Things like planes and chisels I keep waxed. Paste wax is a good way to go. It's basically caranuba or some other wax mixed with a solvent like mineral sprits, which makes a paste-substance that you smear on tools. When the mineral spirits evaporates a bit you buff off the excess wax. Several coats is recommended, I use as many as 4 or 5 coats on planes. Reapplied perhaps monthly or when I think they need it. I use boeshield t-9 on larger iron surfaces. Excellent stuff. Will protect tools for months, and provides a slick surface. A well protected table saw table is like an ice hockey table.

Keep everything out of the open. Keep it in drawers, cabinets, boxes, whatever. Seriously. You can increase the life of your tools dramatically with that one tip.
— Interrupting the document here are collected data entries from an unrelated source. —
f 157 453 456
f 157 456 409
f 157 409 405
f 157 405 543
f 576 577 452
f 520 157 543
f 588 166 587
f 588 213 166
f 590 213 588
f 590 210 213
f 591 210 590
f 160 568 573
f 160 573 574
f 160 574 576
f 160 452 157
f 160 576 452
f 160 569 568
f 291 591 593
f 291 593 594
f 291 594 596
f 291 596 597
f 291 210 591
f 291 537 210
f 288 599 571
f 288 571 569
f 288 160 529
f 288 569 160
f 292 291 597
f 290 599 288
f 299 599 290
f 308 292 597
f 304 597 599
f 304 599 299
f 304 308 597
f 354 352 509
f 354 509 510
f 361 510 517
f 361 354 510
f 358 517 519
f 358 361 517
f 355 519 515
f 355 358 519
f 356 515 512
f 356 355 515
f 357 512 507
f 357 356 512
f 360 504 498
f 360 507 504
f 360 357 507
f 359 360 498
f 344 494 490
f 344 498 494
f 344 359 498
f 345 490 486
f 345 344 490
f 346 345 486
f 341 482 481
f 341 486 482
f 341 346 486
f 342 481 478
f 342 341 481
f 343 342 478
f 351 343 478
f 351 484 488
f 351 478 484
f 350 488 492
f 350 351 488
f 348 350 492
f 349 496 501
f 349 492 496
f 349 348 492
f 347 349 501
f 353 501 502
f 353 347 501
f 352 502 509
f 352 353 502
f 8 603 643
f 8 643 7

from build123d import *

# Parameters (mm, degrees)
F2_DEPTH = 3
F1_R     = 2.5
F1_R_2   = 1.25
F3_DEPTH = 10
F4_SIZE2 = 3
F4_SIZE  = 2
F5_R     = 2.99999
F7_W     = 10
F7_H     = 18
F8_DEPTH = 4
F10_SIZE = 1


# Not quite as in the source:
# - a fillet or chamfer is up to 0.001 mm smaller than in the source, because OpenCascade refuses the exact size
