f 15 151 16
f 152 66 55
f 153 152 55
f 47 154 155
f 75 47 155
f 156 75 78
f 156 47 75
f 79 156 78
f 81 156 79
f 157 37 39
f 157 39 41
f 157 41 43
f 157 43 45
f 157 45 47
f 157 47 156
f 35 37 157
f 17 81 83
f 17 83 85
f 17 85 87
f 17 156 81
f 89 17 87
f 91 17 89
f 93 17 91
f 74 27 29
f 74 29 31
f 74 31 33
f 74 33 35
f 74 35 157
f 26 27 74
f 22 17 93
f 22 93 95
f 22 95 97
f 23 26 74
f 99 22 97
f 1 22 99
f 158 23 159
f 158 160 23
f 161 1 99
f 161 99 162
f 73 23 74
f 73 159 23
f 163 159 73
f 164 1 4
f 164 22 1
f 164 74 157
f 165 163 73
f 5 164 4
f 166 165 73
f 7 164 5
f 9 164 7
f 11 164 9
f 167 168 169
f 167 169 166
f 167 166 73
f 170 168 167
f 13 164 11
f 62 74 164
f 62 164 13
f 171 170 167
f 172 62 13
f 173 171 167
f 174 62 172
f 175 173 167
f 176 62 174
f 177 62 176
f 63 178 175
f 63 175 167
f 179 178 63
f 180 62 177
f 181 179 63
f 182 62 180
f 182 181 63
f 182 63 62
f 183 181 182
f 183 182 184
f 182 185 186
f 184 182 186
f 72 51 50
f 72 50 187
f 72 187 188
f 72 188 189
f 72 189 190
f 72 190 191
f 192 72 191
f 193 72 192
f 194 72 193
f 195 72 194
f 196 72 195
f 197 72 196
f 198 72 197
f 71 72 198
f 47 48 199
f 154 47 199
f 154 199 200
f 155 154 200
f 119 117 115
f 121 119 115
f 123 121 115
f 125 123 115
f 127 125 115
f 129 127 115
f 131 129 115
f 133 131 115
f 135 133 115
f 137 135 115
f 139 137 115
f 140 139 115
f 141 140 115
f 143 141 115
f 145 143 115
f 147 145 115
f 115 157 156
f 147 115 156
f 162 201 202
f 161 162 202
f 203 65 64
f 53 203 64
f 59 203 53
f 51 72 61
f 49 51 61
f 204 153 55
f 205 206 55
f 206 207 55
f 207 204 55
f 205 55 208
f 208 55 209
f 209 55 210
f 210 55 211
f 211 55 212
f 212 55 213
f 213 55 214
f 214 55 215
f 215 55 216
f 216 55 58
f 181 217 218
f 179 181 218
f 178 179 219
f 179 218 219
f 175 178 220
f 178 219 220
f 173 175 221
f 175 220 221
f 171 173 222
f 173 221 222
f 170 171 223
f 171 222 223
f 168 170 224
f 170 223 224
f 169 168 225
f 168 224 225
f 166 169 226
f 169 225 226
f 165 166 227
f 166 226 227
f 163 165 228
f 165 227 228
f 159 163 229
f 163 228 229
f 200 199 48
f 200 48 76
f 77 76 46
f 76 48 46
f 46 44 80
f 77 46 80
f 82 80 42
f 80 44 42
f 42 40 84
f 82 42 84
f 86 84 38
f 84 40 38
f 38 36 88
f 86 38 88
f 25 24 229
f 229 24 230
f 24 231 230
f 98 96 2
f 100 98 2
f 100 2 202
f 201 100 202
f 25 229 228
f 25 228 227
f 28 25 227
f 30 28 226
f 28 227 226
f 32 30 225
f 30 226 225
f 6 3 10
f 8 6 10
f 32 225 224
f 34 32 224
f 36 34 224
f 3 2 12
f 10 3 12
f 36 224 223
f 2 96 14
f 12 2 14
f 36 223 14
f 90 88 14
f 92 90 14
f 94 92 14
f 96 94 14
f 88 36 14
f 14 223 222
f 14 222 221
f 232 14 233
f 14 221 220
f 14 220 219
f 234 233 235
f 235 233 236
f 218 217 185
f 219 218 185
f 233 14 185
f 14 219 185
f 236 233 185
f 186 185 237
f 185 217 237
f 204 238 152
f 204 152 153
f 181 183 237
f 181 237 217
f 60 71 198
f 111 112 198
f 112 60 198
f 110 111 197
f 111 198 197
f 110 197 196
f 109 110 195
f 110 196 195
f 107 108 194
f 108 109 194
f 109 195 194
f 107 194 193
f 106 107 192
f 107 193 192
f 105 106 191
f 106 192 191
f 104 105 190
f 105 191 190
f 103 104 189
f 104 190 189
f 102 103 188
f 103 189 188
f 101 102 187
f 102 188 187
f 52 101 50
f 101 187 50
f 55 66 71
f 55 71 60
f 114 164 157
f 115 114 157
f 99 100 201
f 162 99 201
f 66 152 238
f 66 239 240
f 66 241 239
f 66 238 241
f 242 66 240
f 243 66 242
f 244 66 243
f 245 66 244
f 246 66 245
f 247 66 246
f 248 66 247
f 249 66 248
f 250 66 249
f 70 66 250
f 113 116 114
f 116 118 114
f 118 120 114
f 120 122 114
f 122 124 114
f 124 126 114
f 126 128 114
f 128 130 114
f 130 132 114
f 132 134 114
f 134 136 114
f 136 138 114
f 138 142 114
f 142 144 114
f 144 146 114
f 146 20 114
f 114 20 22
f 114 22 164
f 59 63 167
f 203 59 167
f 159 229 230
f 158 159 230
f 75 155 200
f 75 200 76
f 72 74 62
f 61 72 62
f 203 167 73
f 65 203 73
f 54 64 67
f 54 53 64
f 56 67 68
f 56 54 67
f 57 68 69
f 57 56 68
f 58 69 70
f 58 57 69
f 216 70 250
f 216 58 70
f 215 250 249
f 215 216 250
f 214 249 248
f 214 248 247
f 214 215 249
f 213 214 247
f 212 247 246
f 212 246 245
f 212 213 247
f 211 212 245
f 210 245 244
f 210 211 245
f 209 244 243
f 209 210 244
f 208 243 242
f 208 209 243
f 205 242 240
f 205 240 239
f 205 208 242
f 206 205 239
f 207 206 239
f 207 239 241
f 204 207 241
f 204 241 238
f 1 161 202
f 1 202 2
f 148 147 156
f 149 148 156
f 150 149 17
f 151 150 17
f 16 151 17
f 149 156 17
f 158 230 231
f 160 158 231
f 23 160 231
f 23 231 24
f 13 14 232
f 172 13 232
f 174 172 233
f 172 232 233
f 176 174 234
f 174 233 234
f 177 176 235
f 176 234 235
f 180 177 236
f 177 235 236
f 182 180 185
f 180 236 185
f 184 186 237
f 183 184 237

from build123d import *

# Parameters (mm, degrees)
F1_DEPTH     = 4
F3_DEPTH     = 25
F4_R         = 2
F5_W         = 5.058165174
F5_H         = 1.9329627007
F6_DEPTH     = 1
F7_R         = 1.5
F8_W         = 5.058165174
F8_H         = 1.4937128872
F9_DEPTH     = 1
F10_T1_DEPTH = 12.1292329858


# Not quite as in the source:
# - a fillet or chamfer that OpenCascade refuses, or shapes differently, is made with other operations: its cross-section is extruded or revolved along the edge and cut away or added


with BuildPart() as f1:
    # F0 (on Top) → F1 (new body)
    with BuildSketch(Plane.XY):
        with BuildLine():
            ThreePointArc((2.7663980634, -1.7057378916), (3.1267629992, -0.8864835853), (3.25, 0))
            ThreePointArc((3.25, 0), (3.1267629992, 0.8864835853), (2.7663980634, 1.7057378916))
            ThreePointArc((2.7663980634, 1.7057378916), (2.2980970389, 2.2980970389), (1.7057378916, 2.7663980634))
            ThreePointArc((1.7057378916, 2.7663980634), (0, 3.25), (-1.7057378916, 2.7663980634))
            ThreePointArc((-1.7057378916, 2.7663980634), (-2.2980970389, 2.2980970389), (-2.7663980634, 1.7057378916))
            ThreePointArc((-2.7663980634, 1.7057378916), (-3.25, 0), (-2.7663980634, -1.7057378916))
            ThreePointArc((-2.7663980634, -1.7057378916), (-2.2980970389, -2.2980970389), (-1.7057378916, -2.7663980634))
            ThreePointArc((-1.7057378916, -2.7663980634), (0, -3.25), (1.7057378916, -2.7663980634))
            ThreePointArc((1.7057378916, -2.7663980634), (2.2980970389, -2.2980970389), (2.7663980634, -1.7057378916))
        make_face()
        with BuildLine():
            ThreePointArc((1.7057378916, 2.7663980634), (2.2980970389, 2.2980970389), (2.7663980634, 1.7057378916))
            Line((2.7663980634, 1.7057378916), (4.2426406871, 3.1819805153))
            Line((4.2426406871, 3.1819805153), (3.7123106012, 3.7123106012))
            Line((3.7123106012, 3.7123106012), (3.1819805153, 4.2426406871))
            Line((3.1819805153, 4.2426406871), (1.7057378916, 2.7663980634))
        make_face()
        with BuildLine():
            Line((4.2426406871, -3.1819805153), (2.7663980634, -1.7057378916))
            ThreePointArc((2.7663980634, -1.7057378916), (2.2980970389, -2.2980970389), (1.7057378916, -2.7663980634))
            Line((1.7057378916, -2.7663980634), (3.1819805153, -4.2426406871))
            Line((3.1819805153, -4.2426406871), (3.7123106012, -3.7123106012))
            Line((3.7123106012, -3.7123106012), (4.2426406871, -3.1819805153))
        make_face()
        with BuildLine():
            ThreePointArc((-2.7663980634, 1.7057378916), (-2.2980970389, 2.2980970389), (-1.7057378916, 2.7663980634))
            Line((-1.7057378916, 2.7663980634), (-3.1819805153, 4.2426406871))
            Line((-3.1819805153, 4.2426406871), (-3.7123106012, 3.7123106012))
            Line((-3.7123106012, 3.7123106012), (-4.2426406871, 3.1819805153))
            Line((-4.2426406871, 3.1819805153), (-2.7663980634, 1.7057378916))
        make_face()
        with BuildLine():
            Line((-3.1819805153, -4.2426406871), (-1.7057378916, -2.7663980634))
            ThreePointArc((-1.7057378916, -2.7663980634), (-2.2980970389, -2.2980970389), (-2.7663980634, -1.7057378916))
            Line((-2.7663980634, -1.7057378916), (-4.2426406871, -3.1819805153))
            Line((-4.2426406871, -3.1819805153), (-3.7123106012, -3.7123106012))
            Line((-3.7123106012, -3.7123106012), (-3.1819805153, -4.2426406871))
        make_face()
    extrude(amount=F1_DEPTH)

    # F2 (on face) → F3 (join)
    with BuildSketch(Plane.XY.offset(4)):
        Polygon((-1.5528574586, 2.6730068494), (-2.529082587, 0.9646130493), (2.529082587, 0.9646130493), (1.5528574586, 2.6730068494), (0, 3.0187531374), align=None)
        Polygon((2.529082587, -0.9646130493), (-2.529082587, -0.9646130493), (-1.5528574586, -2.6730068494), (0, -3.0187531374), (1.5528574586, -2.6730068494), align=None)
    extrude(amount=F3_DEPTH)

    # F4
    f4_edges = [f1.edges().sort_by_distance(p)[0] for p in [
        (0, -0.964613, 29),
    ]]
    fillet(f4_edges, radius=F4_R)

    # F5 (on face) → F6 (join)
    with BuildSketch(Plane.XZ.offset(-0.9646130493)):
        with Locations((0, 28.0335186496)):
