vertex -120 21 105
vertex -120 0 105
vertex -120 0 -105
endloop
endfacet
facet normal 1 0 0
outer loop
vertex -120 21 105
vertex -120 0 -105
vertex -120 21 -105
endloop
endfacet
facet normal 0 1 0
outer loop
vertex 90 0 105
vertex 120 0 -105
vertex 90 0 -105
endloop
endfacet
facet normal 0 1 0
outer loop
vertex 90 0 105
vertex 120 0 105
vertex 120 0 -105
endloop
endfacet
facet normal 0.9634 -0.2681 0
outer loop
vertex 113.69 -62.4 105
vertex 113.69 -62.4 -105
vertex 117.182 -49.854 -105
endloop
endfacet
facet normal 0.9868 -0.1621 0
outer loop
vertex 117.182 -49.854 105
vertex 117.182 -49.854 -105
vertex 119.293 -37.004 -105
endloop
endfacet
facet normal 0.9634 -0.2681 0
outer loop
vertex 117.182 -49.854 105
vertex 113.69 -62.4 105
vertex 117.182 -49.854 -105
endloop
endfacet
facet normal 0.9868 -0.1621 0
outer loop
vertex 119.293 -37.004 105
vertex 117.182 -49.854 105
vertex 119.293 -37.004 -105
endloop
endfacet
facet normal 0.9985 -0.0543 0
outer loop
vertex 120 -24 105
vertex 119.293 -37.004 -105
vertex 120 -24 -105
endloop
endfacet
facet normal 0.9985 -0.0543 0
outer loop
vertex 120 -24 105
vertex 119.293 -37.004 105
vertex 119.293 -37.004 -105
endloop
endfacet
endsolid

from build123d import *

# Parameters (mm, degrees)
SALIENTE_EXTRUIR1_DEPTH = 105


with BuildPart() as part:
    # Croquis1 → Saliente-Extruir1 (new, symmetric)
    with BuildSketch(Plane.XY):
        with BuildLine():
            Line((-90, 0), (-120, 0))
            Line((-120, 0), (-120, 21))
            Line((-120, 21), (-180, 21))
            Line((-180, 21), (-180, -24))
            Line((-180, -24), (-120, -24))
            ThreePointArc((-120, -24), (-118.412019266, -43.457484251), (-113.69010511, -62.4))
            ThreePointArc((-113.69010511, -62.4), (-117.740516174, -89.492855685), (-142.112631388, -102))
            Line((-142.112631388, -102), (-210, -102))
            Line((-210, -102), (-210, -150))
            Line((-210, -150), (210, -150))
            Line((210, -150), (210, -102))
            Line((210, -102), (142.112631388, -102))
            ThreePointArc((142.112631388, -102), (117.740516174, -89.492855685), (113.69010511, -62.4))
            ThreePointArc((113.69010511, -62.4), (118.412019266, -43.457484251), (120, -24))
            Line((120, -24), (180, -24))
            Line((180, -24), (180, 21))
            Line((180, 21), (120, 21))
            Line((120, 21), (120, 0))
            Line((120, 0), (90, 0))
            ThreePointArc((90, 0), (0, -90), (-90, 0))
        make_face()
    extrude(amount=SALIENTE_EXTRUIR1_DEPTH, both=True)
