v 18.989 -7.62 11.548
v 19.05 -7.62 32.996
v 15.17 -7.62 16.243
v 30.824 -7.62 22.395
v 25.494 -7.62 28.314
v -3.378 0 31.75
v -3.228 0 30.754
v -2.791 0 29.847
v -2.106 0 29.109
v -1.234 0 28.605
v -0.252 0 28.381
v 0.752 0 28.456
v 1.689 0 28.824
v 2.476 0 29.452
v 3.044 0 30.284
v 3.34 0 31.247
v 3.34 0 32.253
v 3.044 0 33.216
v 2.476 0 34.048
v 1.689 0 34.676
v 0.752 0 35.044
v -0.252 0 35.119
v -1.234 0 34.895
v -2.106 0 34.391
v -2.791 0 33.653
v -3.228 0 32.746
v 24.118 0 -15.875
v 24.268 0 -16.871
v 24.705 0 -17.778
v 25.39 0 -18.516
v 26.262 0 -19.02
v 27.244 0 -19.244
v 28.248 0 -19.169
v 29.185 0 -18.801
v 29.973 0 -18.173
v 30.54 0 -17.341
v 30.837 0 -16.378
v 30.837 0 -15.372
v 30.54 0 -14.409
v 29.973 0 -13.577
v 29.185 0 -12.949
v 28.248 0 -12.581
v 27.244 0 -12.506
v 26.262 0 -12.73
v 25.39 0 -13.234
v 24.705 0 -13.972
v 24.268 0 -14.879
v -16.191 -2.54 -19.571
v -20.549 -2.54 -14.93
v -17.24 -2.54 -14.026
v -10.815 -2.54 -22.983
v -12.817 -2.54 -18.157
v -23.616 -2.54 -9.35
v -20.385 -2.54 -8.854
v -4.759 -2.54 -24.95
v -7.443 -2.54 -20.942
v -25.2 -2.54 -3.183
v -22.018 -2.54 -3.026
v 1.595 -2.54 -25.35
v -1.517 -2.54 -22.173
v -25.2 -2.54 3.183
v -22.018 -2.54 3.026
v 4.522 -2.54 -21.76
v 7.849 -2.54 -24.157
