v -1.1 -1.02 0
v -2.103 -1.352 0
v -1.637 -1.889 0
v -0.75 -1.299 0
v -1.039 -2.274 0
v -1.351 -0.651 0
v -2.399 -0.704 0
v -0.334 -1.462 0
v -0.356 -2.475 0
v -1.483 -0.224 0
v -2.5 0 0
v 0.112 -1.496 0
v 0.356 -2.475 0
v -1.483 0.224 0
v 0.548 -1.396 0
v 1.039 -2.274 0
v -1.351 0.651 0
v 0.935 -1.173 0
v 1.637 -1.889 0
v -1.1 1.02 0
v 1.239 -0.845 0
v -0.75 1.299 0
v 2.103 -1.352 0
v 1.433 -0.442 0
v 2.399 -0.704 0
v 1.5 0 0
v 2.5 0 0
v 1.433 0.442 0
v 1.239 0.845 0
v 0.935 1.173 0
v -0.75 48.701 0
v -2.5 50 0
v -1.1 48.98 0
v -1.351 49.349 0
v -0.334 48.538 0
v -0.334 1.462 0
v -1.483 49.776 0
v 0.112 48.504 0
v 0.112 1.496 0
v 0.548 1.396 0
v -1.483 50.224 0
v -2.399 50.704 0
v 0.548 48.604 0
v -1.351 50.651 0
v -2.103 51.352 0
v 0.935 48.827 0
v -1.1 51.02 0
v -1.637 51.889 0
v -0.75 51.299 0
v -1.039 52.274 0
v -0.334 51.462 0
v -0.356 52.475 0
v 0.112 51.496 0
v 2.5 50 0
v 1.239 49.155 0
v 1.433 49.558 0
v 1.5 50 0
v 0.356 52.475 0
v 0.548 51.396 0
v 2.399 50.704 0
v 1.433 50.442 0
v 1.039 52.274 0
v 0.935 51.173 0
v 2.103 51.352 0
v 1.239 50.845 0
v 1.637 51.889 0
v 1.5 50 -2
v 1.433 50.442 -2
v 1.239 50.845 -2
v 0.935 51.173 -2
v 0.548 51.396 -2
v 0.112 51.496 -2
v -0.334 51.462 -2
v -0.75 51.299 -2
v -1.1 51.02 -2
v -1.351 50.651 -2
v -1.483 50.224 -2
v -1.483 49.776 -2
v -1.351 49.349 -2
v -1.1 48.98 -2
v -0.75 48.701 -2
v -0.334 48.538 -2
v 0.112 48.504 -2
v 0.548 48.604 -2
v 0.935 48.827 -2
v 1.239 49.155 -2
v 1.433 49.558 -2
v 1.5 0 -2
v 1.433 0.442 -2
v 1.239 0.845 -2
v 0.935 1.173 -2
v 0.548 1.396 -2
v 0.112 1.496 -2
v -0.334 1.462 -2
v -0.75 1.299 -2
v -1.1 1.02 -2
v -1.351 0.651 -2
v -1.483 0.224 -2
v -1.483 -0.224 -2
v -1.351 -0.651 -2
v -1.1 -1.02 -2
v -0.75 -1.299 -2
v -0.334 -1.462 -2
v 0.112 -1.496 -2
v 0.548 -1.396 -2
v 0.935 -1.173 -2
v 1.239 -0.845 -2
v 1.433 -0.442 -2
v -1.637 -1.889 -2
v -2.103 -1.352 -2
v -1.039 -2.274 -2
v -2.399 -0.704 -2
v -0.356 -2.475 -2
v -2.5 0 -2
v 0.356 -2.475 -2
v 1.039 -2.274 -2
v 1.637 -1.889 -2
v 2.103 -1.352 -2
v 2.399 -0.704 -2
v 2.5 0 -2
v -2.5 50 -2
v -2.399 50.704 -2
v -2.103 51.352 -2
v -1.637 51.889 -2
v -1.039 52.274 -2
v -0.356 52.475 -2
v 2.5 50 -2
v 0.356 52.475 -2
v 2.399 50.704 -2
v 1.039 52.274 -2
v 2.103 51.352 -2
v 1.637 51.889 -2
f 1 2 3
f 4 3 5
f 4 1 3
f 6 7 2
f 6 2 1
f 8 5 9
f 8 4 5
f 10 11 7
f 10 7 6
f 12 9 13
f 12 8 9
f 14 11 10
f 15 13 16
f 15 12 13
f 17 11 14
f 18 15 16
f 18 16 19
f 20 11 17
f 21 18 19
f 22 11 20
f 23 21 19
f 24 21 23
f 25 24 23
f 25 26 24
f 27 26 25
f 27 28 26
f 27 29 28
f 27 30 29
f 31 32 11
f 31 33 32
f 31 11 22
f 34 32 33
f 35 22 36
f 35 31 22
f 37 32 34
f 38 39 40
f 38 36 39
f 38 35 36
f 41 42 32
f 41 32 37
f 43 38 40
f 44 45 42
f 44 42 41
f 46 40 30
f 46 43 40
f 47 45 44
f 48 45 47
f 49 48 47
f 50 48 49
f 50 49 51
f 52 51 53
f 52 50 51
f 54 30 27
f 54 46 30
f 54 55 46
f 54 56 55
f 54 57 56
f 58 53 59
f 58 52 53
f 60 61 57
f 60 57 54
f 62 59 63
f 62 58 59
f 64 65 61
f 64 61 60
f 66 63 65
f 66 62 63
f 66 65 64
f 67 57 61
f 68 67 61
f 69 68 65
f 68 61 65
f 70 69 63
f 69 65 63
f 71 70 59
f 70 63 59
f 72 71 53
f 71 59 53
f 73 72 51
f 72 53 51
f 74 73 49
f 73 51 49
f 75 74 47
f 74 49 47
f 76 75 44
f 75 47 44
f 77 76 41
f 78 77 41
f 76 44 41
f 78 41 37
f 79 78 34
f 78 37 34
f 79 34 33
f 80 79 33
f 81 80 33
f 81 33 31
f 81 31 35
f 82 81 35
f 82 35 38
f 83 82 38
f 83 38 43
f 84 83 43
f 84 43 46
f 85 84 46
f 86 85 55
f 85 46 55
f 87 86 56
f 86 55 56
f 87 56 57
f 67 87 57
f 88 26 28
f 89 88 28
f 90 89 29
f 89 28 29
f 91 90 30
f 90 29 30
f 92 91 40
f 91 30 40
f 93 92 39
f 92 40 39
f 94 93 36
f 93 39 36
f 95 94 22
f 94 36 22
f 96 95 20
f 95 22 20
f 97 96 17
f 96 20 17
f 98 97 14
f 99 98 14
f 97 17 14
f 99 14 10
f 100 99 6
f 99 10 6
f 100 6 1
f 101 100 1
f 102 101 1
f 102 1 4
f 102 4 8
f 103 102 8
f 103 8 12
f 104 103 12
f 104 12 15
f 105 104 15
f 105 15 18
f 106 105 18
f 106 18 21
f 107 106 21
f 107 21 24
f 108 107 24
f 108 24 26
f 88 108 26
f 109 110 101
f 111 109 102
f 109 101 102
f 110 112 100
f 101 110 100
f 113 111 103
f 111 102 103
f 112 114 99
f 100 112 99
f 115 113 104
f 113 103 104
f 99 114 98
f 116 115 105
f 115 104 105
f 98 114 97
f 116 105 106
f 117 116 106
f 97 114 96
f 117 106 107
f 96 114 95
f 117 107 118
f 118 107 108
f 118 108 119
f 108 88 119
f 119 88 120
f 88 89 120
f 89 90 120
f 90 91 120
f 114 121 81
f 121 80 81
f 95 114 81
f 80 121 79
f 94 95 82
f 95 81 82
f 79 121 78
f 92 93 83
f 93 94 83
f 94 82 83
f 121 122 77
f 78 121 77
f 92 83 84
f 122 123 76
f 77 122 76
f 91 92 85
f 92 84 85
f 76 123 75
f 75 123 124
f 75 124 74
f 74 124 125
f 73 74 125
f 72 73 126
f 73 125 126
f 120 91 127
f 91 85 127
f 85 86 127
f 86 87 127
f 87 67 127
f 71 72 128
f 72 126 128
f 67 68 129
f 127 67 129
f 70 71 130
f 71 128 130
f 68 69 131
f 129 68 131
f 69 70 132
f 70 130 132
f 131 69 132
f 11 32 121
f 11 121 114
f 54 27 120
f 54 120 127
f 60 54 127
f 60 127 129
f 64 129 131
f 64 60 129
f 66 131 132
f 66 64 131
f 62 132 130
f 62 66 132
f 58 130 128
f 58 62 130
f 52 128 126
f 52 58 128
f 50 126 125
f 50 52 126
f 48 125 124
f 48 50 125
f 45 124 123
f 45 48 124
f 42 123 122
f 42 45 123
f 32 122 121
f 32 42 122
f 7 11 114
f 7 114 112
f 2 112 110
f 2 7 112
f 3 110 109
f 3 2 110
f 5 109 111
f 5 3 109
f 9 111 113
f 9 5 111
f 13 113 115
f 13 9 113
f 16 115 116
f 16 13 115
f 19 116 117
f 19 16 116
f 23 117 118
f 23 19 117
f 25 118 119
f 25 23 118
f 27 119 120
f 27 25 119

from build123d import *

# Parameters (mm, degrees)
Y_KSEKLIK_EKSTR_ZYON1_DEPTH = 2
IZIM3_R                     = 1.5
KES_EKSTR_ZYON1_DEPTH       = 3
IZIM5_R                     = 1.5
KES_EKSTR_ZYON2_DEPTH       = 2


with BuildPart() as part:
    # Çizim1 → Yükseklik-Ekstrüzyon1 (new body)
    with BuildSketch(Plane.XY):
        with BuildLine():
            Line((-2.5, 50), (-2.5, 0))
            ThreePointArc((-2.5, 0), (0, -2.5), (2.5, 0))
            Line((2.5, 0), (2.5, 50))
            ThreePointArc((2.5, 50), (0, 52.5), (-2.5, 50))
        make_face()
    extrude(amount=-Y_KSEKLIK_EKSTR_ZYON1_DEPTH)

    # Çizim3 → Kes-Ekstrüzyon1 (cut, through all)
    with BuildSketch(Plane.XY):
        Circle(IZIM3_R)
    extrude(amount=-KES_EKSTR_ZYON1_DEPTH, mode=Mode.SUBTRACT)

    # Çizim5 → Kes-Ekstrüzyon2 (cut)
    with BuildSketch(Plane.XY):
        with Locations((0, 50)):
            Circle(IZIM5_R)
    extrude(amount=-KES_EKSTR_ZYON2_DEPTH, mode=Mode.SUBTRACT)


solid = part.part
Don't throw anything away. There is a thriving tool market. If you've mostly got workmanlike tools you are not going to get rich selling them but people will pay for them (ebay). Try to know what you're selling before you sell it, you'll get more. You might have a collectors piece or two. People will sometimes pay lots of money for what looks like rusted crap to you. I buy lots of old tools, I don't often buy new hand tools. The old stuff is great. Hell, most of my power tools are older than me. Most of my hand tools are older than my dad. They weren't fooling around when they made that stuff.

If you need specific advice on a given tool, how to clean, what it is, what to do with it, I can probably help you out if you have pictures. When I was starting out I got some great books at Half Price Books, they all seem to have one or two basic books on traditional hand tools.
posted by RustyBrooks at 6:53 PM on May 10, 2004


Penetrol is a good, durable coating oil for use after you've cleaned up metal or wooden tool parts. It's not a lubricant, but a "drying" coating. For rusty stuff, I scrub with penetrol and a scotchbrite, wipe off, then wipe on a fresh penetrol coating. Worked for years on tools stored (and used) on a cruising sailboat.